А личная жизнь сложилась вот как. Зинаида Ивановна и Соня все время со мной жили. Переводят меня с одного места на другое, ну и они тоже едут. Так и катались с аэродрома на аэродром. А должен вам сказать, быть женой или дочерью летчика — дело нелегкое. Каждый день ожидание, тревога. И вот привязались ко мне и Сонечка, и Зинаида Ивановна очень сильно. Да и они мне стали роднее всяких родных. Бывало, заберешься чуть не под самые звезды, а сердце твое там, на земле, рядом с ними.
Конечно, пока я на военной службе находился, тяжело было им. Для Зинаиды Ивановны кругом воспоминания о прежней жизни с Сашкой, друзья старые иногда встречались. Соня же, когда узнала про отца (подросла она, я ей всю правду рассказал), сначала два дня ни с матерью, ни со мной не разговаривала. Потом подошла к нам ночью, поцеловала. «Простите, говорит, папа и мама». Но после этого задумчивая стала. Иногда видел я, как подолгу следила она за полетами. Горевала про себя, молча, нам ничего не говорила. Одним словом, пока жили мы в военных городках и на аэродромах, была в нашей жизни неловкость какая-то. Слишком многое о капитане Антонове напоминало.
А когда перевелся я на гражданку, забылось все, сгладилось. Кончила дочка семилетку, потом педагогический техникум. А меня к тому времени перевели работать в Туву, в город Кызыл. И дочка вместе с нами поехала. Получили квартиру, живем хорошо, дружно.
Ну, а время-то идет. Мы стареем, молодежь подрастает. Стала и Сонечка наша барышней, с молодыми людьми начала встречаться — кино, танцы, все как положено. Я ее воспитал хорошо — с уважением к старшим. Она и со мной, и с Зинаидой Ивановной всеми своими сердечными тайнами делилась. Но с матерью, конечно, больше. И не потому, что она родная, а я неродной. Такого различия Соня никогда не делала. Просто, как говорится, они по женской линии лучше друг друга понимали. Это ведь естественно.
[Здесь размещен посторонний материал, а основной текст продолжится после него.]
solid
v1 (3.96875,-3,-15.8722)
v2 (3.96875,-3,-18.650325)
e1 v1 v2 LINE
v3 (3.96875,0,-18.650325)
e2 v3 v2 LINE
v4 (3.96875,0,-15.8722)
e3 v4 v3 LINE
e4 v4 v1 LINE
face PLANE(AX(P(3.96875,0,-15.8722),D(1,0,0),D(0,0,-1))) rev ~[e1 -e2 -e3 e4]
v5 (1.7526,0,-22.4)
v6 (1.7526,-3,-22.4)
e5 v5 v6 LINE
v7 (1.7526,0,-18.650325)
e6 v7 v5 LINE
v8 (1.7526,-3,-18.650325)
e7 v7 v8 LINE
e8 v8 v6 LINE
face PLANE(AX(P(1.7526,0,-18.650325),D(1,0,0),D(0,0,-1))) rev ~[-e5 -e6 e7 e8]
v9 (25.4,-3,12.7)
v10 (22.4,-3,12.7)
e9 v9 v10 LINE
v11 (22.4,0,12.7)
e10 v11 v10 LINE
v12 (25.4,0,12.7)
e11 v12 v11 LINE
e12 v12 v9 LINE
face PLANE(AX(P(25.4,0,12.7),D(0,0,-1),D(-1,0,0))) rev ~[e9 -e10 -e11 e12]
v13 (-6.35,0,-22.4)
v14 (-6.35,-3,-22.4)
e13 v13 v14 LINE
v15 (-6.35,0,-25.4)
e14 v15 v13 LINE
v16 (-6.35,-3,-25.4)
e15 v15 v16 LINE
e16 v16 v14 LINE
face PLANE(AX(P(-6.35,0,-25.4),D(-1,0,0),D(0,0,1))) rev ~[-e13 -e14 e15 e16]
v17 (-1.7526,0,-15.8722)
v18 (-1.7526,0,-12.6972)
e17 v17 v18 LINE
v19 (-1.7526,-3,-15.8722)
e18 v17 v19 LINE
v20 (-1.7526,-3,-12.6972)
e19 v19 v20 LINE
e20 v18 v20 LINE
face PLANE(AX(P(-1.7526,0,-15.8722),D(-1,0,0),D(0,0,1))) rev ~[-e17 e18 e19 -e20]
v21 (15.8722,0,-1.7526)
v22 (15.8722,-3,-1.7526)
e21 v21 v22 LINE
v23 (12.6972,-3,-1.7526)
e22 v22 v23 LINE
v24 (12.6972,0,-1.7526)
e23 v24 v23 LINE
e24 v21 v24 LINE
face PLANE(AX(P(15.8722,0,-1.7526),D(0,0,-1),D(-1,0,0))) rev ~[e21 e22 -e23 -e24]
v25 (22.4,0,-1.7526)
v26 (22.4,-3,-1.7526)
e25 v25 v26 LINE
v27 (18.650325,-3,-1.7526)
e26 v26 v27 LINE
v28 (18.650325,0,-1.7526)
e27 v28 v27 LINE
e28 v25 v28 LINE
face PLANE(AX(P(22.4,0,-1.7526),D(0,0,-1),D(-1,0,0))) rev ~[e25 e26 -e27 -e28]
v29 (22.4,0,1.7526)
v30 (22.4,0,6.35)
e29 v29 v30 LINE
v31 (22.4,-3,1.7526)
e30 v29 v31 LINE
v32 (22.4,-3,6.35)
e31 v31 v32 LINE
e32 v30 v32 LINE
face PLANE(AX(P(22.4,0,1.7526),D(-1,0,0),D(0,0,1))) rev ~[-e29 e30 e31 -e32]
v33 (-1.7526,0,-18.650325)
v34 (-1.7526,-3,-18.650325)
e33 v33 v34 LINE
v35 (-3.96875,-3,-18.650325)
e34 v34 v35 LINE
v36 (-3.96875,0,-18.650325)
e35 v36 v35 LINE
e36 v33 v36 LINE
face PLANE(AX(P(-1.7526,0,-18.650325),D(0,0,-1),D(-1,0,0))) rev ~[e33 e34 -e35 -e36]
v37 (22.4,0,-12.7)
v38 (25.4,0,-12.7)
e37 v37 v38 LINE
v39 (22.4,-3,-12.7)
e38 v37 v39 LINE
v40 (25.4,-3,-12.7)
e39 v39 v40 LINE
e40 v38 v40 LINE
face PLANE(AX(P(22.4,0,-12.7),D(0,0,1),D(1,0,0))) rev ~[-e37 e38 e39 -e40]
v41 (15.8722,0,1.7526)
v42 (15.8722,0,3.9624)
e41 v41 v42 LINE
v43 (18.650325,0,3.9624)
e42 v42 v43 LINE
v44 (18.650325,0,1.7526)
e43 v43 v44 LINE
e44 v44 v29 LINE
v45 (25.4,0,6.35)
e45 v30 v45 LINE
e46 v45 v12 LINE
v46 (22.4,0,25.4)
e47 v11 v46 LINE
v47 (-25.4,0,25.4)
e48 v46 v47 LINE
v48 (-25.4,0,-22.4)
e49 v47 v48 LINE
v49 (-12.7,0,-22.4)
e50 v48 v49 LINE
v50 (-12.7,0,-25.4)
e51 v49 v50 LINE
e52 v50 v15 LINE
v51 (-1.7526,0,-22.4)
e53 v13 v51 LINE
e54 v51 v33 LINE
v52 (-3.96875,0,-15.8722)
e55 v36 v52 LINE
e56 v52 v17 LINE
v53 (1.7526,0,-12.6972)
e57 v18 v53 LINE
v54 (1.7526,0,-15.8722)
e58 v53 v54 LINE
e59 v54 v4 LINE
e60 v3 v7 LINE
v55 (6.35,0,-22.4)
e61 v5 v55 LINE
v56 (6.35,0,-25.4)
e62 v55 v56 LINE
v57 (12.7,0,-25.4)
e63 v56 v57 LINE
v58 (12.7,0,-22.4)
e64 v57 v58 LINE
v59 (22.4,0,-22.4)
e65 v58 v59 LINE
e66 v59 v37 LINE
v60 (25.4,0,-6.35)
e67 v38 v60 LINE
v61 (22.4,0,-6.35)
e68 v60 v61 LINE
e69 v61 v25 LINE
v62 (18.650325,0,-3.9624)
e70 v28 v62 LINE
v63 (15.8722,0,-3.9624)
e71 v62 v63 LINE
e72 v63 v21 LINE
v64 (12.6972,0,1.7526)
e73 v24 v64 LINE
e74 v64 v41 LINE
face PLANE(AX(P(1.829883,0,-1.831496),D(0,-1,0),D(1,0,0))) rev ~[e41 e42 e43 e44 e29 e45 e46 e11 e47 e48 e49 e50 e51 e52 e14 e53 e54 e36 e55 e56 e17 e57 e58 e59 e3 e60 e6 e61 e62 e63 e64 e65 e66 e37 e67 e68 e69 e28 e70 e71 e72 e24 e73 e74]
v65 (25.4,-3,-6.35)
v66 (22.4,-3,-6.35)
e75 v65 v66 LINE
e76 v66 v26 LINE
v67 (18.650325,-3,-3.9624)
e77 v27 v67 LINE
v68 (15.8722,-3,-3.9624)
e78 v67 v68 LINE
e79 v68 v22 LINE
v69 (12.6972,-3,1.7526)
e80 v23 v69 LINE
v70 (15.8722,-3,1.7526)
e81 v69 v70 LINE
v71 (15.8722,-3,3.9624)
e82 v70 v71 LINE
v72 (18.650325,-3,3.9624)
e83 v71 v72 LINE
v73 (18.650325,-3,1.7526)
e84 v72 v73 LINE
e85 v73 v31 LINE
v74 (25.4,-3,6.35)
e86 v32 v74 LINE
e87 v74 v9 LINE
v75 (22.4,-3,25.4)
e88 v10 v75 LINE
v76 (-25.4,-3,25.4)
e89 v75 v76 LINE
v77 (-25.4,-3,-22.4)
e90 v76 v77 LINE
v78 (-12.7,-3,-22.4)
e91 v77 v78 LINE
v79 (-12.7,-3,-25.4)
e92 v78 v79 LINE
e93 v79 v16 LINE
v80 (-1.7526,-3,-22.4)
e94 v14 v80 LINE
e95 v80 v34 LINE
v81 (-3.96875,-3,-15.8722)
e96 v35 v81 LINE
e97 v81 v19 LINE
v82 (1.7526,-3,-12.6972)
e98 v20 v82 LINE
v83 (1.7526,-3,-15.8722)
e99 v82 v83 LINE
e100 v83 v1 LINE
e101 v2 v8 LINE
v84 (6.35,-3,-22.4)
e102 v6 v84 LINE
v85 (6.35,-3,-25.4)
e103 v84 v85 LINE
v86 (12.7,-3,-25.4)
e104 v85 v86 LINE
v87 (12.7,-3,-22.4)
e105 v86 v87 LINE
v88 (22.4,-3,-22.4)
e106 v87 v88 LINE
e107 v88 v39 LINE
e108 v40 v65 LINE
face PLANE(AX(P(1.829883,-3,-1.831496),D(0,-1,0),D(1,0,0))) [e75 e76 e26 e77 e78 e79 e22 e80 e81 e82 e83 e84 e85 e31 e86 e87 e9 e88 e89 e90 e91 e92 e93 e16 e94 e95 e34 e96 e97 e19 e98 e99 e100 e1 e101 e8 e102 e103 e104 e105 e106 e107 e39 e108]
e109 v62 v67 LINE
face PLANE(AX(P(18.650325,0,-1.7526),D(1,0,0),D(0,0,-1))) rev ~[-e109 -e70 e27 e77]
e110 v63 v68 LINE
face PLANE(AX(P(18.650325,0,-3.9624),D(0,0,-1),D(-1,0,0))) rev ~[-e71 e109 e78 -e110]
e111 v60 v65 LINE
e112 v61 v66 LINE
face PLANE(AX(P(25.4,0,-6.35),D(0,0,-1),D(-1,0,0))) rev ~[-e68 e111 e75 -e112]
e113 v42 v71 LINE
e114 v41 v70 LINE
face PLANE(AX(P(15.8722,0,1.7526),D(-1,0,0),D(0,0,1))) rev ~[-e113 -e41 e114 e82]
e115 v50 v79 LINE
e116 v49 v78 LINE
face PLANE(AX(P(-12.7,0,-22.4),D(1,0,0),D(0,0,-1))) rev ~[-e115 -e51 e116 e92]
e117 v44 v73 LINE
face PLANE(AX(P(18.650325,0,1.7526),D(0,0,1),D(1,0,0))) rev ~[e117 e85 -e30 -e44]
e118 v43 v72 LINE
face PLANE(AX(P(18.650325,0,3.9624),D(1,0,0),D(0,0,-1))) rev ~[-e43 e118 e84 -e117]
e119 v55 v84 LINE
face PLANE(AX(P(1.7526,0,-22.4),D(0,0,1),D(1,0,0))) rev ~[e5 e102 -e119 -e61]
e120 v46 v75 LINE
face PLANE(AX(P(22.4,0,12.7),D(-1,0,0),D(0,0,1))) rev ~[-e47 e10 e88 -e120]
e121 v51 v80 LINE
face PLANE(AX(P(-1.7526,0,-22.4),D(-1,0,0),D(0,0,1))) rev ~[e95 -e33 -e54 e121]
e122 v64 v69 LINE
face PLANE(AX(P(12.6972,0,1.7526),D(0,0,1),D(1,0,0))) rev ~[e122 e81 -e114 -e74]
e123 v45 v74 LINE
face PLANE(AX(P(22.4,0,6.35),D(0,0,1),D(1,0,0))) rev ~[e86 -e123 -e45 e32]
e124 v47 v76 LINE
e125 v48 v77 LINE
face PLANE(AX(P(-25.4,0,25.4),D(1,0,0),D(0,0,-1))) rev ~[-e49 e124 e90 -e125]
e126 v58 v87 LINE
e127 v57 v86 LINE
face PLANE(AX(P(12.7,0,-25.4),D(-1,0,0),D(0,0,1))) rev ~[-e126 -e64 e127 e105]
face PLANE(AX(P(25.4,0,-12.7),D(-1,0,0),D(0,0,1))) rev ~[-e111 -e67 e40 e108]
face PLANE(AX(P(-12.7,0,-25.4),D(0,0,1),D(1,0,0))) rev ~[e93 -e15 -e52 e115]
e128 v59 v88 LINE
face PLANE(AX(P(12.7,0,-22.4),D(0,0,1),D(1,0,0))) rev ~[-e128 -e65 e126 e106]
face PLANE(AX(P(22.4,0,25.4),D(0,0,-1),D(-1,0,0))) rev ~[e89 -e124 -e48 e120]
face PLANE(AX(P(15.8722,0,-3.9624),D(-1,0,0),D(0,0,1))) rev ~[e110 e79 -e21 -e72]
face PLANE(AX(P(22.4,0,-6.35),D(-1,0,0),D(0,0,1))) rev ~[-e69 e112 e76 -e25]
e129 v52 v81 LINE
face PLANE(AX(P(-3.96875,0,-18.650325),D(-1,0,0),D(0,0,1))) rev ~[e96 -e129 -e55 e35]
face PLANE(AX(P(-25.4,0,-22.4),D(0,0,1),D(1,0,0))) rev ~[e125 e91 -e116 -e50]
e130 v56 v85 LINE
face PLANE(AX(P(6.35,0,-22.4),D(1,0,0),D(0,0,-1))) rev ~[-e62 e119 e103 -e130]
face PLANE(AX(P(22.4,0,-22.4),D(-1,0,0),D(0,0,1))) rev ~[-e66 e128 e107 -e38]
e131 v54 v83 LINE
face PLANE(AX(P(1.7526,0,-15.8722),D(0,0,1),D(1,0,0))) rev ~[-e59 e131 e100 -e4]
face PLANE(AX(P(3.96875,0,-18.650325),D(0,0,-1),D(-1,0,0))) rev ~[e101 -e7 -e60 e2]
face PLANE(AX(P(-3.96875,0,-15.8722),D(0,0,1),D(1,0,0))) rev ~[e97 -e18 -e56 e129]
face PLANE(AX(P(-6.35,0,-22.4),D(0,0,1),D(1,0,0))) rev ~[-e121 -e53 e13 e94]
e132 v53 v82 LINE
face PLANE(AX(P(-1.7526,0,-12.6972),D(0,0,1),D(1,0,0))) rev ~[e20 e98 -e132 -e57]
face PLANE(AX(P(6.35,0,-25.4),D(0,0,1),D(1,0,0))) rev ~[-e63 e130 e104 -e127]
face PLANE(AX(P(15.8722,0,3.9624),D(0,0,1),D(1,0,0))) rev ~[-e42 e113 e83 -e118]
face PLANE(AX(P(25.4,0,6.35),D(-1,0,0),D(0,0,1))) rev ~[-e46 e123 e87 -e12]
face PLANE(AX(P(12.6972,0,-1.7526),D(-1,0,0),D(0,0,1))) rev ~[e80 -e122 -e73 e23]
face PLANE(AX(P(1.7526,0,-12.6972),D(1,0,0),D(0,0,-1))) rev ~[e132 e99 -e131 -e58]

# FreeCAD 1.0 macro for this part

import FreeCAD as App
import Part
import Sketcher
Q = App.Units.Quantity

doc = App.newDocument("Part")
body = doc.addObject("PartDesign::Body", "Body")

sketch1 = body.newObject("Sketcher::SketchObject", "Sketch")
sketch1.AttachmentSupport = (doc.getObject("XZ_Plane"), [""])
sketch1.MapMode = "FlatFace"
sketch1.addGeometry([
    Part.LineSegment(App.Vector(22.4, 25.4, 0), App.Vector(-25.4, 25.4, 0)),
    Part.LineSegment(App.Vector(-25.4, 25.4, 0), App.Vector(-25.4, -22.4, 0)),
    Part.LineSegment(App.Vector(-25.4, -22.4, 0), App.Vector(-12.7, -22.4, 0)),
    Part.LineSegment(App.Vector(-12.7, -22.4, 0), App.Vector(-12.7, -25.4, 0)),
    Part.LineSegment(App.Vector(-12.7, -25.4, 0), App.Vector(-6.3, -25.4, 0)),
    Part.LineSegment(App.Vector(-6.3, -25.4, 0), App.Vector(-6.3, -22.4, 0)),
    Part.LineSegment(App.Vector(-6.3, -22.4, 0), App.Vector(-1.8, -22.4, 0)),
    Part.LineSegment(App.Vector(-1.8, -22.4, 0), App.Vector(-1.8, -18.7, 0)),
    Part.LineSegment(App.Vector(-1.8, -18.7, 0), App.Vector(-4, -18.7, 0)),
    Part.LineSegment(App.Vector(-4, -18.7, 0), App.Vector(-4, -15.9, 0)),
    Part.LineSegment(App.Vector(-4, -15.9, 0), App.Vector(-1.8, -15.9, 0)),
    Part.LineSegment(App.Vector(-1.8, -15.9, 0), App.Vector(-1.8, -12.7, 0)),
    Part.LineSegment(App.Vector(-1.8, -12.7, 0), App.Vector(1.8, -12.7, 0)),
    Part.LineSegment(App.Vector(1.8, -12.7, 0), App.Vector(1.8, -15.9, 0)),
    Part.LineSegment(App.Vector(1.8, -15.9, 0), App.Vector(4, -15.9, 0)),
    Part.LineSegment(App.Vector(4, -15.9, 0), App.Vector(4, -18.7, 0)),
    Part.LineSegment(App.Vector(4, -18.7, 0), App.Vector(1.8, -18.7, 0)),
    Part.LineSegment(App.Vector(1.8, -18.7, 0), App.Vector(1.8, -22.4, 0)),
    Part.LineSegment(App.Vector(1.8, -22.4, 0), App.Vector(6.3, -22.4, 0)),
    Part.LineSegment(App.Vector(6.3, -22.4, 0), App.Vector(6.3, -25.4, 0)),
    Part.LineSegment(App.Vector(6.3, -25.4, 0), App.Vector(12.7, -25.4, 0)),
    Part.LineSegment(App.Vector(12.7, -25.4, 0), App.Vector(12.7, -22.4, 0)),
    Part.LineSegment(App.Vector(12.7, -22.4, 0), App.Vector(22.4, -22.4, 0)),
    Part.LineSegment(App.Vector(22.4, -22.4, 0), App.Vector(22.4, -12.7, 0)),
    Part.LineSegment(App.Vector(22.4, -12.7, 0), App.Vector(25.4, -12.7, 0)),
    Part.LineSegment(App.Vector(25.4, -12.7, 0), App.Vector(25.4, -6.3, 0)),
    Part.LineSegment(App.Vector(25.4, -6.3, 0), App.Vector(22.4, -6.3, 0)),
    Part.LineSegment(App.Vector(22.4, -6.3, 0), App.Vector(22.4, -1.8, 0)),
    Part.LineSegment(App.Vector(22.4, -1.8, 0), App.Vector(18.7, -1.8, 0)),
    Part.LineSegment(App.Vector(18.7, -1.8, 0), App.Vector(18.7, -4, 0)),
    Part.LineSegment(App.Vector(18.7, -4, 0), App.Vector(15.9, -4, 0)),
Как-то раз приходит Сонечка вечером домой и говорит:
«Папа, мне с тобой поговорить нужно».
Вышли мы во двор, сели на лавочку.
«Папа, — говорит она, — я замуж выхожу…»
«Так, говорю, дело хорошее. Ну а кто жених-то? Чего же ты его прячешь?»
«Да он, отвечает, стесняется».
«Ну пускай уж смелости наберется», — говорю.
На следующий день приходят вдвоем. Познакомился я с ним. Николаем зятя моего будущего звали. Смотрю, парень скромный, но представительный. Высокий, плечистый, лицо спокойное, руки тяжелые, рабочие руки. Видно, не первый год трудится самостоятельно. Одет прилично, лишнего не допускает и держит себя с достоинством. Нам с Зинаидой Ивановной уважение сделал: ей букет цветов преподнес, мне — бутылку вина.
Сели мы к столу, разговорились. Рассказал он о себе: работает механиком на автобазе, заработок приличный, в армии уже отслужил и так далее. С Сонечкой у них давно любовь, между собой они уже решили, что вместе будут, только вот родителям боялись открыться. Я смотрю, Зинаида Ивановна моя слушает с таким видом, будто все это ей известно. «Значит, Соня матери давно обо всем рассказала, — подумал я, — одного меня в неведении держали». И стало мне от этой мысли не по себе. В своей семье почувствовал я себя вроде бы на отшибе.